Another idea is to hold a tournament at the end of the season. Put the 14 non-playoff teams in a bracket and let them play for picks. Might that lead to the unintended consequence of players who might be the ones replaced by the next year's draft pick not exactly giving their best effort in this tournament? Perhaps. Unintended consequences tend to be what takes down all these ideas. When it was decided that a weighted lottery system would best serve the franchises in greatest need, nobody thought it would turn into The Process brought to you by Sam Hinkie. 

But it did. And it worked. The Sixers lost, on purpose, for years, and it netted them Joel Embiid and Ben Simmons, the latter of which netted them James Harden. And now they're contenders. You can't expect franchises whose only viable path to winning is, in fact, to lose, to shun the strategy in the romantic spirit of honest competition. This is big business. 
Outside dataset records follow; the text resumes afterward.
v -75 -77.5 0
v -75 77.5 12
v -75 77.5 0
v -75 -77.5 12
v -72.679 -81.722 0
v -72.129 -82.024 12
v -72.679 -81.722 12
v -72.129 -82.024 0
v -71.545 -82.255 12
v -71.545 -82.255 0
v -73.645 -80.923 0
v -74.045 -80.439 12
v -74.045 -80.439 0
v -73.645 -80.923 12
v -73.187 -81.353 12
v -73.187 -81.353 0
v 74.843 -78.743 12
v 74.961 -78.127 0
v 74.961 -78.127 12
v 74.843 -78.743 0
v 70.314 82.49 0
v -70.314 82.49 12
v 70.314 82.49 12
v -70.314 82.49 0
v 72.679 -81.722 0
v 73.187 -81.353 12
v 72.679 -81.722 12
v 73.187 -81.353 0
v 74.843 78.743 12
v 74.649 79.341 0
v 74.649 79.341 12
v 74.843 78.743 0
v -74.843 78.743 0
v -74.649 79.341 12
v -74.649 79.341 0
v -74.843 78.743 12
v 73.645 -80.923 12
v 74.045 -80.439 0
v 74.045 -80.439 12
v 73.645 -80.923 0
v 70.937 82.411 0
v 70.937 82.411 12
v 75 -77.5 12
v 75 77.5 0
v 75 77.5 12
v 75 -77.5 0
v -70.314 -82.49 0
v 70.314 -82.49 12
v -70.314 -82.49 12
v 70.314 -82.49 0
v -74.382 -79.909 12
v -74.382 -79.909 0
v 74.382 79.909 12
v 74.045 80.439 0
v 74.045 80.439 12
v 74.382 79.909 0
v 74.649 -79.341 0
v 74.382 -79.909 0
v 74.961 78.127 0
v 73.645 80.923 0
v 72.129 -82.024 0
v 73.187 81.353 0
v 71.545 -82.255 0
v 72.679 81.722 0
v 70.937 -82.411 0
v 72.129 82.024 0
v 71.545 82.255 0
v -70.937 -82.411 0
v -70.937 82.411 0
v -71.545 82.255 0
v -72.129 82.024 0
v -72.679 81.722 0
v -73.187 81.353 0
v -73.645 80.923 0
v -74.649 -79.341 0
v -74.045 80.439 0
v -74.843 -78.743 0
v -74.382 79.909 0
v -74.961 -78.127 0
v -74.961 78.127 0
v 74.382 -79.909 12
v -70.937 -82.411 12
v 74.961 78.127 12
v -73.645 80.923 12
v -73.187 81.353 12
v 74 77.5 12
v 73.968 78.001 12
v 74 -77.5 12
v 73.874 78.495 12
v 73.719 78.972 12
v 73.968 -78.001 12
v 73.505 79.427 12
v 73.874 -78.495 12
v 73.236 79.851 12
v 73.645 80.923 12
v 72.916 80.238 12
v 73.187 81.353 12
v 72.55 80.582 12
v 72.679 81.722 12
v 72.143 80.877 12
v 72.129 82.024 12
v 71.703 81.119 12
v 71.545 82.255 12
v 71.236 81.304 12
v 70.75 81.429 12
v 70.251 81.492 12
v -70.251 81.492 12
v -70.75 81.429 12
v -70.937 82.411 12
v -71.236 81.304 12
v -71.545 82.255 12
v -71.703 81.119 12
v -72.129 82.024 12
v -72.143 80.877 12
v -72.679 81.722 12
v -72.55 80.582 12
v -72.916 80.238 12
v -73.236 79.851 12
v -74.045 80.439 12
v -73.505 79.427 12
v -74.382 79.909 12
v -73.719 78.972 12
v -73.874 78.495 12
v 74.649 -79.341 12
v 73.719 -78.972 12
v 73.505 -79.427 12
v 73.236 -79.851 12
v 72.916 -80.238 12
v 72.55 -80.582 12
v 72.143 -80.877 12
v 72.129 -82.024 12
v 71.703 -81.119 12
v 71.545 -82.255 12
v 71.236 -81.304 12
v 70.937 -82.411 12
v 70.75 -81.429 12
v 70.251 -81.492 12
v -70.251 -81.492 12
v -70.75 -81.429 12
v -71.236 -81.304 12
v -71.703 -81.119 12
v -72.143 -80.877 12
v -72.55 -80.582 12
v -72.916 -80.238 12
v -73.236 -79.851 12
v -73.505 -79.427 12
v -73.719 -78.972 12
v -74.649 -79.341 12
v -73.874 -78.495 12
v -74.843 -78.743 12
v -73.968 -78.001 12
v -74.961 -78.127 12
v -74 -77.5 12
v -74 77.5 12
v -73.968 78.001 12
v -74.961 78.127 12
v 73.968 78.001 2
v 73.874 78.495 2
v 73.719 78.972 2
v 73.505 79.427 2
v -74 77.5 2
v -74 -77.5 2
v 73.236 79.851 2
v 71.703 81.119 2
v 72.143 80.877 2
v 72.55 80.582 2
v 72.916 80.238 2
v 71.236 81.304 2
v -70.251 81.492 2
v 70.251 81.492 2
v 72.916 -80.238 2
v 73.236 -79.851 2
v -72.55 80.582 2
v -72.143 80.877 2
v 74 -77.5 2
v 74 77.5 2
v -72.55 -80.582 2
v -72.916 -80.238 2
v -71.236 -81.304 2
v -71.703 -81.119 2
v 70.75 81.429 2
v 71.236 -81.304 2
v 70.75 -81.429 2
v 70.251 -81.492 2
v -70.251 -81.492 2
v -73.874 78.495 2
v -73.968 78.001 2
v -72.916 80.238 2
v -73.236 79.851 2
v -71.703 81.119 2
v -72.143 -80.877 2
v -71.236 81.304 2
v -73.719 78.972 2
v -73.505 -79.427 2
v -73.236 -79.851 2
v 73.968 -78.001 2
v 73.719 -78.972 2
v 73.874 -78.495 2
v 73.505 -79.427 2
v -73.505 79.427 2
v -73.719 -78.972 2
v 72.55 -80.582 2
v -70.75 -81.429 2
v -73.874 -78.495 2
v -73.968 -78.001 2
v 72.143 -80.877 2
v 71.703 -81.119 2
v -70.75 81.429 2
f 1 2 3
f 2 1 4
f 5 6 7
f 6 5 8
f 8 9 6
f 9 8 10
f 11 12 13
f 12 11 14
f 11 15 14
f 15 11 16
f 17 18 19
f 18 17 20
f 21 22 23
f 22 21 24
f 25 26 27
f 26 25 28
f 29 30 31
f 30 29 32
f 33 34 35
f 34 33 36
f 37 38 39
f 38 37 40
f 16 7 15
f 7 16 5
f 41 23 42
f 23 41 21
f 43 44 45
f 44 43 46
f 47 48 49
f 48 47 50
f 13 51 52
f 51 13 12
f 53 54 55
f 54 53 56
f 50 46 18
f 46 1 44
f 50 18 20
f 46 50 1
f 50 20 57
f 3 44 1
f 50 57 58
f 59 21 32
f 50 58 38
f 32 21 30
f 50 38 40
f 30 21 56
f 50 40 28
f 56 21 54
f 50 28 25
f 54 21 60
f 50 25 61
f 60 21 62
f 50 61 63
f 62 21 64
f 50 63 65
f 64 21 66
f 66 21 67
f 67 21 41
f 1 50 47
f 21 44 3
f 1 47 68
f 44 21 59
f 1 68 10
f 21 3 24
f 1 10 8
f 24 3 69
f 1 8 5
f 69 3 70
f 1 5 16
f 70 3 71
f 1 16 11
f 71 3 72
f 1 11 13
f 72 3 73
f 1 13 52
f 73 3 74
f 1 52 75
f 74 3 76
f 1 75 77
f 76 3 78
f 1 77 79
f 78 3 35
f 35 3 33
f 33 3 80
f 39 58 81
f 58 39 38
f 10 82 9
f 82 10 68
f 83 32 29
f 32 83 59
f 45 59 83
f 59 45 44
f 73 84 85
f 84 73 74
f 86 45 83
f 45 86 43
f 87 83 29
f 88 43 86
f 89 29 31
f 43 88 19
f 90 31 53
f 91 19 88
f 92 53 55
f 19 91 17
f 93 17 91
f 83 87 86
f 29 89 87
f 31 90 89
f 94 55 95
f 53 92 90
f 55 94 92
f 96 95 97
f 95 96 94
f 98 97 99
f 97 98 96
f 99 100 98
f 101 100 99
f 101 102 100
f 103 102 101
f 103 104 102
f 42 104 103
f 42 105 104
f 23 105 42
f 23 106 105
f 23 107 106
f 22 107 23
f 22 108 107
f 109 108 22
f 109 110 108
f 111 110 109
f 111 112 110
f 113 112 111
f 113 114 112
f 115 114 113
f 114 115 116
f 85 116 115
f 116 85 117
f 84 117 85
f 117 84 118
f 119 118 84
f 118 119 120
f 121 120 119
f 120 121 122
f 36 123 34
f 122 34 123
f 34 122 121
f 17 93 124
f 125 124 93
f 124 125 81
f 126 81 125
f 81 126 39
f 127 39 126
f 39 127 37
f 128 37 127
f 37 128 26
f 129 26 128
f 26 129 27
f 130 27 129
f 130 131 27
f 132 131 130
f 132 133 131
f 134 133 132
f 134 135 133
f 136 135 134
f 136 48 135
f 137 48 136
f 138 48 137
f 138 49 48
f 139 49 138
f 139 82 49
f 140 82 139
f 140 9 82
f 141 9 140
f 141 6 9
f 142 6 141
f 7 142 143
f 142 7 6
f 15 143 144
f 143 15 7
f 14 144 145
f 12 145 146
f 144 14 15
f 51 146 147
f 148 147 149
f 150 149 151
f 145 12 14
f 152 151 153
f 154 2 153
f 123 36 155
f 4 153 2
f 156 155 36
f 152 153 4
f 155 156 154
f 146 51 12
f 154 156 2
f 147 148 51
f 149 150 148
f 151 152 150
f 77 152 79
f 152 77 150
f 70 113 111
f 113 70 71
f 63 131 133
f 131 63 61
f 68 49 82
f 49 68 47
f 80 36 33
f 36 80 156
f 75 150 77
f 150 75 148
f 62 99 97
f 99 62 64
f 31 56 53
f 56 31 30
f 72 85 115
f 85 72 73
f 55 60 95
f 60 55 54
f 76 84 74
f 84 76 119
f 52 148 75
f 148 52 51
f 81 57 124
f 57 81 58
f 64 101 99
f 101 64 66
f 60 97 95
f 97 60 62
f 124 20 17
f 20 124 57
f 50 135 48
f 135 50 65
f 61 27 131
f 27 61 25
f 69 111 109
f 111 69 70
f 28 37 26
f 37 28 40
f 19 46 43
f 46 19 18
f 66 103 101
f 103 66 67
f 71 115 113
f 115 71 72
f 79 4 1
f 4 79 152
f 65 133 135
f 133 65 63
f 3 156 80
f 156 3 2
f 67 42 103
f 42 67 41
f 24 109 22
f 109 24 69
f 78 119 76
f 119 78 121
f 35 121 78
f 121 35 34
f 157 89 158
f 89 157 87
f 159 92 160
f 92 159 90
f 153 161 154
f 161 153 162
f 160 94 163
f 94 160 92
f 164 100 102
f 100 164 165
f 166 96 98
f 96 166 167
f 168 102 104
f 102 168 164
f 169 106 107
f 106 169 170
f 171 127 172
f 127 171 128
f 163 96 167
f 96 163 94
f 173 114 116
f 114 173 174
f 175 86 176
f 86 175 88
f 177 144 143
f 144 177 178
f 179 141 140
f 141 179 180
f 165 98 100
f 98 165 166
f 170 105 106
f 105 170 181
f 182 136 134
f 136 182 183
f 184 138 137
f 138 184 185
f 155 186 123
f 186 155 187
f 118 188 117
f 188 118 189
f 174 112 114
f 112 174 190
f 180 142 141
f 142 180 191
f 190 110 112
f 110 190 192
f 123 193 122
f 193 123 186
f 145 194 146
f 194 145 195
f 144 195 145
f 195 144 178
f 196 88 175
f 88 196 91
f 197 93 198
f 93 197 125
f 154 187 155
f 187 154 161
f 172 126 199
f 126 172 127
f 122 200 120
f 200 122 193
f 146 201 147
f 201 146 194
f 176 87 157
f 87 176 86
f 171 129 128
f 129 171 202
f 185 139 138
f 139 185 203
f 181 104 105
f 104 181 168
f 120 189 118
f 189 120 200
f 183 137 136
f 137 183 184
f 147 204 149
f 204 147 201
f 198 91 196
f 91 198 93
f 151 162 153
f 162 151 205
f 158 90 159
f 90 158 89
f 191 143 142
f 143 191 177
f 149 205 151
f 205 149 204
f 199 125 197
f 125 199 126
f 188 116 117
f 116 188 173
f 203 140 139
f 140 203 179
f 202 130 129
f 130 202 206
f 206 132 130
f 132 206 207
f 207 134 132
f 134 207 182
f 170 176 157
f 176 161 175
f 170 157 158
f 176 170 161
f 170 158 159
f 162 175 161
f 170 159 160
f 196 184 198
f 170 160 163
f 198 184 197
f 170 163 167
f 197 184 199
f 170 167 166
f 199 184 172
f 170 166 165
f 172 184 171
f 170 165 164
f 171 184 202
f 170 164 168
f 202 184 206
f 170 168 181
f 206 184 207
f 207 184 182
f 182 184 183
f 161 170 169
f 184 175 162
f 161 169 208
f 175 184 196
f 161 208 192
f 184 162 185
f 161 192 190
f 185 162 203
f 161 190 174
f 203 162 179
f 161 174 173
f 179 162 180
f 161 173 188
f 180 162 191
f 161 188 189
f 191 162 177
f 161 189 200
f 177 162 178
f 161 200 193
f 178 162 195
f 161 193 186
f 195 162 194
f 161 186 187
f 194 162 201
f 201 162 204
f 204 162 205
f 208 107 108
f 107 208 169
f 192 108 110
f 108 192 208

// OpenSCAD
$fn = 50;


difference() {
	union() {
		hull() {
			translate(v = [-70.0000000000, 77.5000000000, 0]) {
				cylinder(h = 12, r = 5);
			}
			translate(v = [70.0000000000, 77.5000000000, 0]) {
				cylinder(h = 12, r = 5);
			}
			translate(v = [-70.0000000000, -77.5000000000, 0]) {
				cylinder(h = 12, r = 5);
			}
			translate(v = [70.0000000000, -77.5000000000, 0]) {
				cylinder(h = 12, r = 5);
			}
		}
	}
	union() {
		translate(v = [0, 0, 2]) {
			hull() {
				translate(v = [-70.0000000000, 77.5000000000, 0]) {
					cylinder(h = 10, r = 4);
				}
				translate(v = [70.0000000000, 77.5000000000, 0]) {
					cylinder(h = 10, r = 4);
				}
				translate(v = [-70.0000000000, -77.5000000000, 0]) {
					cylinder(h = 10, r = 4);
				}
				translate(v = [70.0000000000, -77.5000000000, 0]) {
					cylinder(h = 10, r = 4);
				}
			}
		}
	}
}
Like tax loopholes for the rich, if you've created, intentionally or otherwise, a system that is open to blatant manipulation, you can't ask the manipulators who are only serving their best interests within the confines of the rules to stop doing what they're doing. You have to change the system. 

It wouldn't be an easy sell. It might be impossible, frankly. These bottom-dwelling owners probably aren't going to give up the one competitive advantage they own, nor do they want their currently capped rookie-scale contracts opened up to market value, which would force them to actually pay fair money through the first four years of a player's career. But again, figuring out a system that is acceptable for everyone, that could realistically win enough support to pass through an owners' vote, isn't my job. It's Silver's. He says he's seriously concerned about tanking. Will he find a way to do something about it?